Dataset excerpts
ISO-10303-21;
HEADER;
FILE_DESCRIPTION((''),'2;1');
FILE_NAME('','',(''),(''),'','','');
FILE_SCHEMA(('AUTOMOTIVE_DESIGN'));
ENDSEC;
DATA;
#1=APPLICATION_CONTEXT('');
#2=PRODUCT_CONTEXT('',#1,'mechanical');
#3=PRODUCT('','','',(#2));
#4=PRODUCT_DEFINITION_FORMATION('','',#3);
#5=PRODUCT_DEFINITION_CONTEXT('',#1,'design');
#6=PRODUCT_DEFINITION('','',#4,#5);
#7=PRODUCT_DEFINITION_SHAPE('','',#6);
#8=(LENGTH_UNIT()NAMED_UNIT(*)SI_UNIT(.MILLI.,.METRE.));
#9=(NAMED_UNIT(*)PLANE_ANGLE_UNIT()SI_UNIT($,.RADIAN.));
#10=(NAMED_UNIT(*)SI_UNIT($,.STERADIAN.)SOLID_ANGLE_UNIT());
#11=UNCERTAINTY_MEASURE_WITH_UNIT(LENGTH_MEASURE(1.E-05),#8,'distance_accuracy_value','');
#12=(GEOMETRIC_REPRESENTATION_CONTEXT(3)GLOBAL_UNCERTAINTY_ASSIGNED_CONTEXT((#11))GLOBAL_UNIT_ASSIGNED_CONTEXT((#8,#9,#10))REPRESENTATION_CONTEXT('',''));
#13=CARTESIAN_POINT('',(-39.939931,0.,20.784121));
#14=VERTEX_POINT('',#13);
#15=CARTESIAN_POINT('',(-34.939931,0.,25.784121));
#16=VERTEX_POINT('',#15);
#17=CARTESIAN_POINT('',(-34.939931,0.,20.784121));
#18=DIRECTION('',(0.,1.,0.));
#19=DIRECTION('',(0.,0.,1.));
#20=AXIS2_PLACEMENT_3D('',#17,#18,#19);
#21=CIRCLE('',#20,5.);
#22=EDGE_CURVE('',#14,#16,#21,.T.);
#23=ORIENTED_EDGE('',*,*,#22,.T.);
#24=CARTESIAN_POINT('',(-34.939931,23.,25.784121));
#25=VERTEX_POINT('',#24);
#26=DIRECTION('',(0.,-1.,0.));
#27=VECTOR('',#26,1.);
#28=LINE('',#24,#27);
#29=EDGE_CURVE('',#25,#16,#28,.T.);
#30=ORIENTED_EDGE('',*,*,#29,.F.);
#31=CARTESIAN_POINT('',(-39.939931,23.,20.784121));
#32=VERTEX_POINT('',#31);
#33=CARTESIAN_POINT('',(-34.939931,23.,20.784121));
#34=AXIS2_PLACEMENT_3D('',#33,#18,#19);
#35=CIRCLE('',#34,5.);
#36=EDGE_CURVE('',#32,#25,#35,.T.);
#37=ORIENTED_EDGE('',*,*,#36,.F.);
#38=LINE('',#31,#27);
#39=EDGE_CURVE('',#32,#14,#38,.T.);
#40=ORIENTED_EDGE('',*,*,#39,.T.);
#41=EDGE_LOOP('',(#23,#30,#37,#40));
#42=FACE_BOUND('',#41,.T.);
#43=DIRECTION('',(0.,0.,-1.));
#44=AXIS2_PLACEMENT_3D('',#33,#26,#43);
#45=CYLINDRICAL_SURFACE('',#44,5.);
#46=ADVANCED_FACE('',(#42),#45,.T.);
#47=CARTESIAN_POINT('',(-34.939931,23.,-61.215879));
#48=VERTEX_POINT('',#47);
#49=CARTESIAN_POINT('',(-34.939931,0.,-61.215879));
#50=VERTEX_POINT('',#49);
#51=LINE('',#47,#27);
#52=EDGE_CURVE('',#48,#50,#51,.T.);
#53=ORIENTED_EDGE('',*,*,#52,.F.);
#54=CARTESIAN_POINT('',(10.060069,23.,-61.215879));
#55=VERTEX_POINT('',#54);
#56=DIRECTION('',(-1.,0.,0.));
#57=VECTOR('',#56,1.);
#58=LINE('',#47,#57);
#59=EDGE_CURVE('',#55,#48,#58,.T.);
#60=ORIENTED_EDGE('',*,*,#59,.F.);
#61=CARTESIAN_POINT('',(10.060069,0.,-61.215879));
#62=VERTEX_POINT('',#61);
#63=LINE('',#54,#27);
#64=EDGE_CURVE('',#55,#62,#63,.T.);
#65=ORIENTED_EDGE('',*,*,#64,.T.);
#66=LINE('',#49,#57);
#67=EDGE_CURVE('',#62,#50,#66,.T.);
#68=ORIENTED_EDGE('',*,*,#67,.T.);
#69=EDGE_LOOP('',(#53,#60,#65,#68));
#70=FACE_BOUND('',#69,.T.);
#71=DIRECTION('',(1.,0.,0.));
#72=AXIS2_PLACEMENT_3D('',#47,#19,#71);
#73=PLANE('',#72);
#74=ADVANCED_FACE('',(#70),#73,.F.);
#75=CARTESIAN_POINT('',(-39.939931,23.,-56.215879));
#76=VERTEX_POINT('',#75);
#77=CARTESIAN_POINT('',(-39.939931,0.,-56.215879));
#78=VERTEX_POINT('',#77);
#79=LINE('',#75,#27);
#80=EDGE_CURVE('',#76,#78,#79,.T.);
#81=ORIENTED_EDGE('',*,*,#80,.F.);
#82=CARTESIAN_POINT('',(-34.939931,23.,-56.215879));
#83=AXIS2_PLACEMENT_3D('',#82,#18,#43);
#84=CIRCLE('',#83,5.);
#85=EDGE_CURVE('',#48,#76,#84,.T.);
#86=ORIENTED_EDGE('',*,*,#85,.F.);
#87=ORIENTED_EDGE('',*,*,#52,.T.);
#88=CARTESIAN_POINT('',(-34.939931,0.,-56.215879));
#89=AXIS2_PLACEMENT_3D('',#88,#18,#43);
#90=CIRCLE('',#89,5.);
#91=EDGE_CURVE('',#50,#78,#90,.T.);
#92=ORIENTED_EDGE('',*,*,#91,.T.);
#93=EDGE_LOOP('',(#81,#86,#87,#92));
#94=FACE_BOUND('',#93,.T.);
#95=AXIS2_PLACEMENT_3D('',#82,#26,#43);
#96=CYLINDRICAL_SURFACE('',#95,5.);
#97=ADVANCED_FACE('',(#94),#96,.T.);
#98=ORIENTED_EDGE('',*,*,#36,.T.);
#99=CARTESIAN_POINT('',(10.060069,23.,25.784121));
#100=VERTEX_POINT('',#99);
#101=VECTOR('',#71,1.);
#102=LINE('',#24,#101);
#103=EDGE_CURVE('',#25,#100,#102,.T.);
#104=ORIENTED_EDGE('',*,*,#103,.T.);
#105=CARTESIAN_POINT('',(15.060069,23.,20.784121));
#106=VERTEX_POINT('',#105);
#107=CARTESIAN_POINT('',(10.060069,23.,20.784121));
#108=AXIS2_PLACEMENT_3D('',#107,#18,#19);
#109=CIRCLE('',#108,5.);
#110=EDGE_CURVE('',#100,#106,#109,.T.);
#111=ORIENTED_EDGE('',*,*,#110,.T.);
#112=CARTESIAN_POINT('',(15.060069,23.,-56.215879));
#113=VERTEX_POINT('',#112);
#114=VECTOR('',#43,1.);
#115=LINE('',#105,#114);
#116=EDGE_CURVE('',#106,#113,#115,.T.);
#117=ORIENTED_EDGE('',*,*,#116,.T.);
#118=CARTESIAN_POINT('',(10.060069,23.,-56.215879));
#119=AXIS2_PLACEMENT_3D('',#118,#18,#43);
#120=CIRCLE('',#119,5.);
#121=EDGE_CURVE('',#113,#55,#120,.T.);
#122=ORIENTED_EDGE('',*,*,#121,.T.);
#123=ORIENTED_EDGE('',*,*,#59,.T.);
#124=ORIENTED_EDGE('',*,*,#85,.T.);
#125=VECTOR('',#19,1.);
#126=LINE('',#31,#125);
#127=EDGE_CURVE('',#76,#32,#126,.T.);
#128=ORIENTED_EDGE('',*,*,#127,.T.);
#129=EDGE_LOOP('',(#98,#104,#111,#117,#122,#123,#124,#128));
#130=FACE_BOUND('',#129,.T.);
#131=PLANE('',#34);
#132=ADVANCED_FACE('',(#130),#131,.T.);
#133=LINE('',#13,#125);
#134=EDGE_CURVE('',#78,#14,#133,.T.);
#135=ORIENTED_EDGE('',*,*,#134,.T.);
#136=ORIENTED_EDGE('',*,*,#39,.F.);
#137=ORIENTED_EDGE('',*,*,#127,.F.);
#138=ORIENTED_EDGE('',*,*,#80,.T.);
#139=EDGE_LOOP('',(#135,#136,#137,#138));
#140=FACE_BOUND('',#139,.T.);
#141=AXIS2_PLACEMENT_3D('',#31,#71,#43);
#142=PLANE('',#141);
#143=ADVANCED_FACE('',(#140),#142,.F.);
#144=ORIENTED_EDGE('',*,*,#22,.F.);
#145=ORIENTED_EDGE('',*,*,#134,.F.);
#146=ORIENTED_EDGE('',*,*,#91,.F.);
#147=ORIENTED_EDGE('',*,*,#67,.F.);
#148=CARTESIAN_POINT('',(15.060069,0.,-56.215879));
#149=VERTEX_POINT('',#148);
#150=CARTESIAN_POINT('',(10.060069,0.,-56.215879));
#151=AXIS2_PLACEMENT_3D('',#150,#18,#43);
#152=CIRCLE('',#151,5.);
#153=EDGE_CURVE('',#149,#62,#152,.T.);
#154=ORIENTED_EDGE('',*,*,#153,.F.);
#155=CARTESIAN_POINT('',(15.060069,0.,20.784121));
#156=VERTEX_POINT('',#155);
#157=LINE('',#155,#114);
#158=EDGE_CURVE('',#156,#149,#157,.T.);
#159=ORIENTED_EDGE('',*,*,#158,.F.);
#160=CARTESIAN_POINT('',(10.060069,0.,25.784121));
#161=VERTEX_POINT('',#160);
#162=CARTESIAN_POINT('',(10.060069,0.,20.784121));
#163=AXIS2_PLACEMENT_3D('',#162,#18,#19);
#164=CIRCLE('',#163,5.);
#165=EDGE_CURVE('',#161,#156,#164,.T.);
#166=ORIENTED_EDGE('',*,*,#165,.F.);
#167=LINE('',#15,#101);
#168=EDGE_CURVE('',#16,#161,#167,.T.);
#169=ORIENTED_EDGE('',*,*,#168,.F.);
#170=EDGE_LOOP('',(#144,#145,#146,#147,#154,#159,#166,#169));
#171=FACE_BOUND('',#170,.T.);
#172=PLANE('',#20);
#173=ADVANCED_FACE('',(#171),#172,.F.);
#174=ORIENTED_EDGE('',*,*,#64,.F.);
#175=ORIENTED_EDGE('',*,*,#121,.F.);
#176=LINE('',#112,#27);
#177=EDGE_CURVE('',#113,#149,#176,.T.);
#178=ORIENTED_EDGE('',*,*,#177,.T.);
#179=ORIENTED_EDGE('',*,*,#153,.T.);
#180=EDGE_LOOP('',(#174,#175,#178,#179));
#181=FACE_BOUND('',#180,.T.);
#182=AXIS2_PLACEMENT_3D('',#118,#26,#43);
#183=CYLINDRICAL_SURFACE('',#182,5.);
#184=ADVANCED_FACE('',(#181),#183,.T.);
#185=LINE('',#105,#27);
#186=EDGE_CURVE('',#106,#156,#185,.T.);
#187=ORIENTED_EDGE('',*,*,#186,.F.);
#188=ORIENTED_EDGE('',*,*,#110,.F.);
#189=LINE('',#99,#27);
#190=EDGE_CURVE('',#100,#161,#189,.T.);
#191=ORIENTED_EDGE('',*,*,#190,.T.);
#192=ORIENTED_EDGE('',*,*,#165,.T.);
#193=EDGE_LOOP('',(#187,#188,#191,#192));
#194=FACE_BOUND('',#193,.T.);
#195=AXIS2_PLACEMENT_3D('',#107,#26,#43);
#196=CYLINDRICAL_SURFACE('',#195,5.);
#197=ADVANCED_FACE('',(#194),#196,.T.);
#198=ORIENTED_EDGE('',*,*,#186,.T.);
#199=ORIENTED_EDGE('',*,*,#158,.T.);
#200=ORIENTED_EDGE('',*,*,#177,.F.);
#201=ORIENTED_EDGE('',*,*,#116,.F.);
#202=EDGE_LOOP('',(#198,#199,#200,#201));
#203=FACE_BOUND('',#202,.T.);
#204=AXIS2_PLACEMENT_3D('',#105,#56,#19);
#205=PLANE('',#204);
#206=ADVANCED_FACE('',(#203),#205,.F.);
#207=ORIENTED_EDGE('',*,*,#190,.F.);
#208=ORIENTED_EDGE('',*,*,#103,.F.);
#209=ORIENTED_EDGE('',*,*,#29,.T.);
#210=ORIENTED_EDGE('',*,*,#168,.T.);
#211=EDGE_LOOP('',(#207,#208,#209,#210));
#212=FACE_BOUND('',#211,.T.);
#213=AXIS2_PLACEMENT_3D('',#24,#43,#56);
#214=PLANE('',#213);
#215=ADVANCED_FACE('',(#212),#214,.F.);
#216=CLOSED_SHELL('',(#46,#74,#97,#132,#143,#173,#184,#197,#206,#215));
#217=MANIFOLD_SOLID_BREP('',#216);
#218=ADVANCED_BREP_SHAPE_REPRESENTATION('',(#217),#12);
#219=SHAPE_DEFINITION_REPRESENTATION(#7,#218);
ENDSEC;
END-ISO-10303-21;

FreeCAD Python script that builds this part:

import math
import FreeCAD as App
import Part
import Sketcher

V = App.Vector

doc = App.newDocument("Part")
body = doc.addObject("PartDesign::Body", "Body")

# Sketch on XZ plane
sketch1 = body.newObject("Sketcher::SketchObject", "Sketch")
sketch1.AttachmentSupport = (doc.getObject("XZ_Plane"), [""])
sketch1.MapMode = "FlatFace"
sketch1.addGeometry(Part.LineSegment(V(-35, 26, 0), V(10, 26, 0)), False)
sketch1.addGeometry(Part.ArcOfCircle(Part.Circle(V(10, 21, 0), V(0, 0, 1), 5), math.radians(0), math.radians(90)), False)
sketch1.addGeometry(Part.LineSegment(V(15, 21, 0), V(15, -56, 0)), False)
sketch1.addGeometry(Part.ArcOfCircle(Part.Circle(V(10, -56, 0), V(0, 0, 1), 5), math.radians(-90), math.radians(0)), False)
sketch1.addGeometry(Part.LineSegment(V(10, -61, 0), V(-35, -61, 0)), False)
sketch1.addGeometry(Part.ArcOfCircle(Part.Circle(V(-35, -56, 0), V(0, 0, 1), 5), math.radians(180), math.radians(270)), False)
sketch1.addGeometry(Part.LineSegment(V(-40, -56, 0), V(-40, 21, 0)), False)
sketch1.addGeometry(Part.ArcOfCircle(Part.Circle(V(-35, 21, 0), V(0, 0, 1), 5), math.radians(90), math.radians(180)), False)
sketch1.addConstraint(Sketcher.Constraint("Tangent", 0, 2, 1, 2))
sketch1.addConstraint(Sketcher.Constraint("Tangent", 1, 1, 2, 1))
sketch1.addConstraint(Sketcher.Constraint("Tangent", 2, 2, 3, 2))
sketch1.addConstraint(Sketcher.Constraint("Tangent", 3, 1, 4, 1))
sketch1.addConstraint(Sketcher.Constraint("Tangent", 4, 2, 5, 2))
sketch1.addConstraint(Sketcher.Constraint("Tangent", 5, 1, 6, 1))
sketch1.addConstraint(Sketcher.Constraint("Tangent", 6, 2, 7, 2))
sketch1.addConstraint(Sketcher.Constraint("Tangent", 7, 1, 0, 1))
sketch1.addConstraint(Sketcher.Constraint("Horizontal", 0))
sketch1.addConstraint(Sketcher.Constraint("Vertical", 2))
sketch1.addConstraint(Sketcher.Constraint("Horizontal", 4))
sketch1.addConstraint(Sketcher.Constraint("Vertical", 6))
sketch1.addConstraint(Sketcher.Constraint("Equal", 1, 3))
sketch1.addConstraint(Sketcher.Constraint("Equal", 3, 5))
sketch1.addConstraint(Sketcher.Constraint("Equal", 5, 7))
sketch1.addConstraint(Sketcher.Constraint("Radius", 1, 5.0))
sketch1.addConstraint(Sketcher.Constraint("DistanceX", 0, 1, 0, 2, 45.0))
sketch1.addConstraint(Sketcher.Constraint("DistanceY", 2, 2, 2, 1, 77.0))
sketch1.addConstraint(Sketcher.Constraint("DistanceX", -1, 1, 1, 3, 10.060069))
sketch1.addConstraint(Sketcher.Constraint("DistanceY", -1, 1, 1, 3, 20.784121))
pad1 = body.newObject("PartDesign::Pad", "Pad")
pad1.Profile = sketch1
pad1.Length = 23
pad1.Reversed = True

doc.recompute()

* * *

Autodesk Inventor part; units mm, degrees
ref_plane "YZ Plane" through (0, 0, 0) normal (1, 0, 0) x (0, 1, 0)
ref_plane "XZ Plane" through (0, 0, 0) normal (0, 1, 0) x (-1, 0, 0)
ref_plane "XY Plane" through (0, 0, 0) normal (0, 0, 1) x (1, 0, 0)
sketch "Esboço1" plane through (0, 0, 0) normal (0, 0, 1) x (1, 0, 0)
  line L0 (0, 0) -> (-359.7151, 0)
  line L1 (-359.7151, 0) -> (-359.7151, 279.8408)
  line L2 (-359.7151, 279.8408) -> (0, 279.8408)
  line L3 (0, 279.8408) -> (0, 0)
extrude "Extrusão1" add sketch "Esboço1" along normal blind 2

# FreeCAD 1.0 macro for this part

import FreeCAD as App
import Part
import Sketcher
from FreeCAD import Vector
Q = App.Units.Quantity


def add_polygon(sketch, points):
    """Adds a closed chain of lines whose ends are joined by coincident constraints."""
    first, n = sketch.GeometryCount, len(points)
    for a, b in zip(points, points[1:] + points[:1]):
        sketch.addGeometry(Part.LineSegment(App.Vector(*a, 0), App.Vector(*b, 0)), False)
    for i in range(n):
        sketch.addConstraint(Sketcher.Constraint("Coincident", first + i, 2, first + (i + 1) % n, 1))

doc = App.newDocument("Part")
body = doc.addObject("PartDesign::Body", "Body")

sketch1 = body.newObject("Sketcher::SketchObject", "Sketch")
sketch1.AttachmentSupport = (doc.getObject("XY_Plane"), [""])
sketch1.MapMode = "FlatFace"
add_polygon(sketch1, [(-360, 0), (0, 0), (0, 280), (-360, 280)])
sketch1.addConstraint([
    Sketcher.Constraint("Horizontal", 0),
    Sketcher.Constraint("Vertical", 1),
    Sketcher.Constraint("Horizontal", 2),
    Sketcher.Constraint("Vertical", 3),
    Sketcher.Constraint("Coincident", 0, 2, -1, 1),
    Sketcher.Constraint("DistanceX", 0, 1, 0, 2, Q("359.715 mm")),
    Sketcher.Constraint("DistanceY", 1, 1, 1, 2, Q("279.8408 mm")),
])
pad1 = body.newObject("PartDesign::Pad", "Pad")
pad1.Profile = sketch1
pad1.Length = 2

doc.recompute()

---

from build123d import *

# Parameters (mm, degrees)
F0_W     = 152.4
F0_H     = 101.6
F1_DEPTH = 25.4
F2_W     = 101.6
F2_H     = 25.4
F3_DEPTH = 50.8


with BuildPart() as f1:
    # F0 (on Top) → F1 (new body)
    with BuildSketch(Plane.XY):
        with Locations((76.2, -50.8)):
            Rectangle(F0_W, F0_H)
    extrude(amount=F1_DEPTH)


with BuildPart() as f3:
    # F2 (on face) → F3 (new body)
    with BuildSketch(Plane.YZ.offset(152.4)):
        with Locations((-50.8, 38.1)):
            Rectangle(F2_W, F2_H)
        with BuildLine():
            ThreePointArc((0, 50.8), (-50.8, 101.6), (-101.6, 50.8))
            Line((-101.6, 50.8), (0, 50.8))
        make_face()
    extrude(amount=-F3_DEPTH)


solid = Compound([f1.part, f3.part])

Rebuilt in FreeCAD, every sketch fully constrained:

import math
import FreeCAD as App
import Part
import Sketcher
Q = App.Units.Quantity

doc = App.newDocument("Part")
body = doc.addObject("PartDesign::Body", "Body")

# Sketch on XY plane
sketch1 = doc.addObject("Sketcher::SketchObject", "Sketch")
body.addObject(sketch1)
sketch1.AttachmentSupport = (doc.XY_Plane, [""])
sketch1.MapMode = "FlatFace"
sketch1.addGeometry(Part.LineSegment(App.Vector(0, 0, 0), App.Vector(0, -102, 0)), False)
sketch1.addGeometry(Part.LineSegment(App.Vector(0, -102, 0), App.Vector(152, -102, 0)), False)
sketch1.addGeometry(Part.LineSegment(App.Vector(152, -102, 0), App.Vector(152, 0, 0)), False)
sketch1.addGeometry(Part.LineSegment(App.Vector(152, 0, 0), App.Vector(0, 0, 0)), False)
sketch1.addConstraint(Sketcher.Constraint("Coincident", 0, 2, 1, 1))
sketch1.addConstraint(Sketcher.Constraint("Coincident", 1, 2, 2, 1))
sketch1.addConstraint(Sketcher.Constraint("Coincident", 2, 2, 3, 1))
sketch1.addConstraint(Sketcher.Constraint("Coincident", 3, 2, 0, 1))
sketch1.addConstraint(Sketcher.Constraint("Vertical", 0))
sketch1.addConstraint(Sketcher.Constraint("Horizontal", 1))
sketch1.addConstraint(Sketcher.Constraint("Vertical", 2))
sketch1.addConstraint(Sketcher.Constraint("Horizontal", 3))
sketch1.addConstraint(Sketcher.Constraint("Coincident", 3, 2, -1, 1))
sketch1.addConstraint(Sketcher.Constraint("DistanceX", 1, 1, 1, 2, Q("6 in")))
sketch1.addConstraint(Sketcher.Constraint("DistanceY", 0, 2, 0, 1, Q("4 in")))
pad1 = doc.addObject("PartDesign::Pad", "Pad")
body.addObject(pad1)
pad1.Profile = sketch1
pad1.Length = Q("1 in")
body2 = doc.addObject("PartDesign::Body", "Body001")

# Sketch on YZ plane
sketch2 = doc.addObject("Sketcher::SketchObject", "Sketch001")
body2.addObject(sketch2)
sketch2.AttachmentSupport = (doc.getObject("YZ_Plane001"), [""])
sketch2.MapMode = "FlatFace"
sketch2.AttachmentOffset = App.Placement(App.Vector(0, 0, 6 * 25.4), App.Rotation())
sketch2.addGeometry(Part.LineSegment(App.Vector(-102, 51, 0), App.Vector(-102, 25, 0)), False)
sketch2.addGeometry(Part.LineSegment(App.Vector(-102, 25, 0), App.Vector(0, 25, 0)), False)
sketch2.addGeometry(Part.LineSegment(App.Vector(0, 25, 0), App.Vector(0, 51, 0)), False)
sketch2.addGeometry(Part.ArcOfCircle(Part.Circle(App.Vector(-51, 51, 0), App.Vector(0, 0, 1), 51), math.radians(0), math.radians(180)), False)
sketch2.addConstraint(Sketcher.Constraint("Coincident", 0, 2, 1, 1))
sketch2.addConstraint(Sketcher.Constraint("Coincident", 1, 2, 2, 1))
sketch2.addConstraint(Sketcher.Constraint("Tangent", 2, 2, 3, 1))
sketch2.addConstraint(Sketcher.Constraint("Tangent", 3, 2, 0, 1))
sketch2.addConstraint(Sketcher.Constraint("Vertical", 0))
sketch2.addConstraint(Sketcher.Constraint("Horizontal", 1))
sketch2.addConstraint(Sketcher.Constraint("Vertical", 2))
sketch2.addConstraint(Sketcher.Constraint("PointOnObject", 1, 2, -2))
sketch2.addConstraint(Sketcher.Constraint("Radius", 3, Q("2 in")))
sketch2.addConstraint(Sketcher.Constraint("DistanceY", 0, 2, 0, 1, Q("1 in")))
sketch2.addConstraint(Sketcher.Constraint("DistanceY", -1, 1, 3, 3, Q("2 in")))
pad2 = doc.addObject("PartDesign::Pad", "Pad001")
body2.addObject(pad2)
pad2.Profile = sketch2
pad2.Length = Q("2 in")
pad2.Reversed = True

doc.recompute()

**Problem details:** Could you return exactly the lines above from the line with "#1=APPLICATION_CONTEXT('');" to the line with "#7=PRODUCT_DEFINITION_SHAPE('','',#6);", both included, and nothing else?

**Answer below:**
#1=APPLICATION_CONTEXT('');
#2=PRODUCT_CONTEXT('',#1,'mechanical');
#3=PRODUCT('','','',(#2));
#4=PRODUCT_DEFINITION_FORMATION('','',#3);
#5=PRODUCT_DEFINITION_CONTEXT('',#1,'design');
#6=PRODUCT_DEFINITION('','',#4,#5);
#7=PRODUCT_DEFINITION_SHAPE('','',#6);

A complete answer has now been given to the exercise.